Chromodomain & Bromodomain

Chromodomain & Bromodomain

Chromodomain

A chromodomain is a protein structural domain of about 40-50 amino acid residues commonly found in proteins associated with the remodeling and manipulation of chromatin. It is also known as chromatin organization modifier.It is first identified in Drosophila modifiers of variegation.

 The chromodomains alter the structure of chromatin to the condensed morphology of heterochromatin, a cytologically visible condition where gene expression is repressed.The domain is highly conserved among both plants and animals.It is represented in a large number of proteins found in many genomes.Some chromodomain-containing genes have multiple alternative splicing isoforms that omit the chromodomain entirely.In mammals, chromodomain-containing proteins are responsible for aspects of gene regulation related to chromatin remodeling and formation of heterochromatin regions.
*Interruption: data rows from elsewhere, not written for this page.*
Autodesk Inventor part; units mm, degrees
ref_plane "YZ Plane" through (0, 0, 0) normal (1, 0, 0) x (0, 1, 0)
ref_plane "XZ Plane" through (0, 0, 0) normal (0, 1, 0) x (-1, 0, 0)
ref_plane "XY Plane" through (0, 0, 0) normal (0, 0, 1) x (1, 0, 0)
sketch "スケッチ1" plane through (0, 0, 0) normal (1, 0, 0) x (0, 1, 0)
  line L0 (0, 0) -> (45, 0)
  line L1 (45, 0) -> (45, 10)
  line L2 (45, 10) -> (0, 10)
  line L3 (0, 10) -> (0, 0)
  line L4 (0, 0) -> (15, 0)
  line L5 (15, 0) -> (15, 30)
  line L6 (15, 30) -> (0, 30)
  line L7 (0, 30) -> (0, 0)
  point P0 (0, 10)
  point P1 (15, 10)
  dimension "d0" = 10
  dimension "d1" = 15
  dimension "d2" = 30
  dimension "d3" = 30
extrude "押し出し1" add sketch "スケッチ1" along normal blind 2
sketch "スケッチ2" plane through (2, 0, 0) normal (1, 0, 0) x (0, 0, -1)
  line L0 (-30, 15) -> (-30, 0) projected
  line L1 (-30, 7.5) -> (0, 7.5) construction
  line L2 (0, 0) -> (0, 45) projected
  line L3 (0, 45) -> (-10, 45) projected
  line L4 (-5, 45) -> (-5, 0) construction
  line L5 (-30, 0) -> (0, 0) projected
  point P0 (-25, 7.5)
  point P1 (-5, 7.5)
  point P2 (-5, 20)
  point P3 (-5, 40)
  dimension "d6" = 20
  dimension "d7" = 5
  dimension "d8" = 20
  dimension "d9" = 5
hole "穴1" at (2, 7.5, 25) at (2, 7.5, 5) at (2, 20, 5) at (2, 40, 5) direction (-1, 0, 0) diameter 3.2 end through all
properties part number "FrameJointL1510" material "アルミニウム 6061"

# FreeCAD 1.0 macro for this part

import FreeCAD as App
import Part
import Sketcher

V = App.Vector
Q = App.Units.Quantity


def add_polygon(sketch, points):
    """Adds a closed chain of lines whose ends are joined by coincident constraints."""
    first, n = sketch.GeometryCount, len(points)
    for a, b in zip(points, points[1:] + points[:1]):
        sketch.addGeometry(Part.LineSegment(App.Vector(*a, 0), App.Vector(*b, 0)), False)
    for i in range(n):
        sketch.addConstraint(Sketcher.Constraint("Coincident", first + i, 2, first + (i + 1) % n, 1))

doc = App.newDocument("Part")
params = doc.addObject("Spreadsheet::Sheet", "Params")
for row, (alias, value) in enumerate([
    ("sketch1_width", "30 mm"),
    ("sketch1_width2", "15 mm"),
    ("sketch1_height", "10 mm"),
    ("pad1_length", "2 mm"),
    ("sketch2_diameter", "3.2 mm"),
    ("hole_diameter", "3.2 mm"),
], start=1):
    params.set(f"A{row}", alias)
    params.set(f"B{row}", "=" + value)
    params.setAlias(f"B{row}", alias)

body = doc.addObject("PartDesign::Body", "Body")

# Sketch on YZ plane
sketch1 = body.newObject("Sketcher::SketchObject", "Sketch")
sketch1.AttachmentSupport = (doc.getObject("YZ_Plane"), [""])
sketch1.MapMode = "FlatFace"
add_polygon(sketch1, [(0, 0), (45, 0), (45, 10), (15, 10), (15, 30), (0, 30)])  # lines 0-5
sketch1.addConstraint(Sketcher.Constraint("Horizontal", 0))
sketch1.addConstraint(Sketcher.Constraint("Vertical", 1))
sketch1.addConstraint(Sketcher.Constraint("Horizontal", 2))
sketch1.addConstraint(Sketcher.Constraint("Vertical", 3))
sketch1.addConstraint(Sketcher.Constraint("Horizontal", 4))
sketch1.addConstraint(Sketcher.Constraint("Vertical", 5))
sketch1.addConstraint(Sketcher.Constraint("Coincident", 5, 2, -1, 1))
sketch1.addConstraint(Sketcher.Constraint("Equal", 2, 5))
sketch1.addConstraint(Sketcher.Constraint("DistanceX", 2, 2, 2, 1, Q("30 mm")))
sketch1.addConstraint(Sketcher.Constraint("DistanceX", 4, 2, 4, 1, Q("15 mm")))
sketch1.addConstraint(Sketcher.Constraint("DistanceY", 1, 1, 1, 2, Q("10 mm")))
sketch1.setExpression("Constraints[14]", "Params.sketch1_width")
sketch1.setExpression("Constraints[15]", "Params.sketch1_width2")
sketch1.setExpression("Constraints[16]", "Params.sketch1_height")
pad1 = body.newObject("PartDesign::Pad", "Pad")
pad1.Profile = sketch1
pad1.setExpression("Length", "Params.pad1_length")

# Sketch on YZ plane
sketch2 = body.newObject("Sketcher::SketchObject", "Sketch001")
sketch2.AttachmentSupport = (doc.getObject("YZ_Plane"), [""])
sketch2.MapMode = "FlatFace"
sketch2.AttachmentOffset = App.Placement(V(0, 0, 2), App.Rotation())
sketch2.addGeometry(Part.Circle(V(7.5, 25, 0), V(0, 0, 1), 1.6), False)
sketch2.addGeometry(Part.Circle(V(7.5, 5, 0), V(0, 0, 1), 1.6), False)
sketch2.addGeometry(Part.Circle(V(20, 5, 0), V(0, 0, 1), 1.6), False)
sketch2.addGeometry(Part.Circle(V(40, 5, 0), V(0, 0, 1), 1.6), False)
sketch2.addConstraint(Sketcher.Constraint("Equal", 0, 1))
sketch2.addConstraint(Sketcher.Constraint("Equal", 1, 2))
sketch2.addConstraint(Sketcher.Constraint("Equal", 2, 3))
sketch2.addConstraint(Sketcher.Constraint("Horizontal", 1, 3, 2, 3))
sketch2.addConstraint(Sketcher.Constraint("Horizontal", 2, 3, 3, 3))
sketch2.addConstraint(Sketcher.Constraint("Vertical", 0, 3, 1, 3))
sketch2.addConstraint(Sketcher.Constraint("Diameter", 0, Q("3.2 mm")))
sketch2.addConstraint(Sketcher.Constraint("DistanceY", -1, 1, 0, 3, Q("25 mm")))
sketch2.addConstraint(Sketcher.Constraint("DistanceY", -1, 1, 1, 3, Q("5 mm")))
sketch2.addConstraint(Sketcher.Constraint("DistanceX", -1, 1, 2, 3, Q("20 mm")))
sketch2.addConstraint(Sketcher.Constraint("DistanceX", -1, 1, 3, 3, Q("40 mm")))
sketch2.addConstraint(Sketcher.Constraint("DistanceX", -1, 1, 0, 3, Q("7.5 mm")))
sketch2.setExpression("Constraints[6]", "Params.sketch2_diameter")
doc.recompute()
hole = body.newObject("PartDesign::Hole", "Hole")
hole.Profile = sketch2
hole.ThreadType = "None"
hole.setExpression("Diameter", "Params.hole_diameter")
hole.DepthType = "ThroughAll"

doc.recompute()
Chromodomain-containing proteins also bind methylated histonesand appear in the RNA-induced transcriptional silencing complex.

Proteins that contain a chromo domain appear to fall into 3 classes.

(i) The first class includes proteins having an N-terminal chromo domain followed by a region termed the chromo shadow domain, with weak but significant sequence similarity to the N-terminal chromo domain,eg. Drosophila and human heterochromatin protein Su(var)205 (HP1).

(ii) The second class includes proteins with a single chromo domain, eg. Drosophila protein Polycomb (Pc); mammalian modifier 3; human Mi-2 autoantigen and several yeast and Caenorhabditis elegans hypothetical proteins.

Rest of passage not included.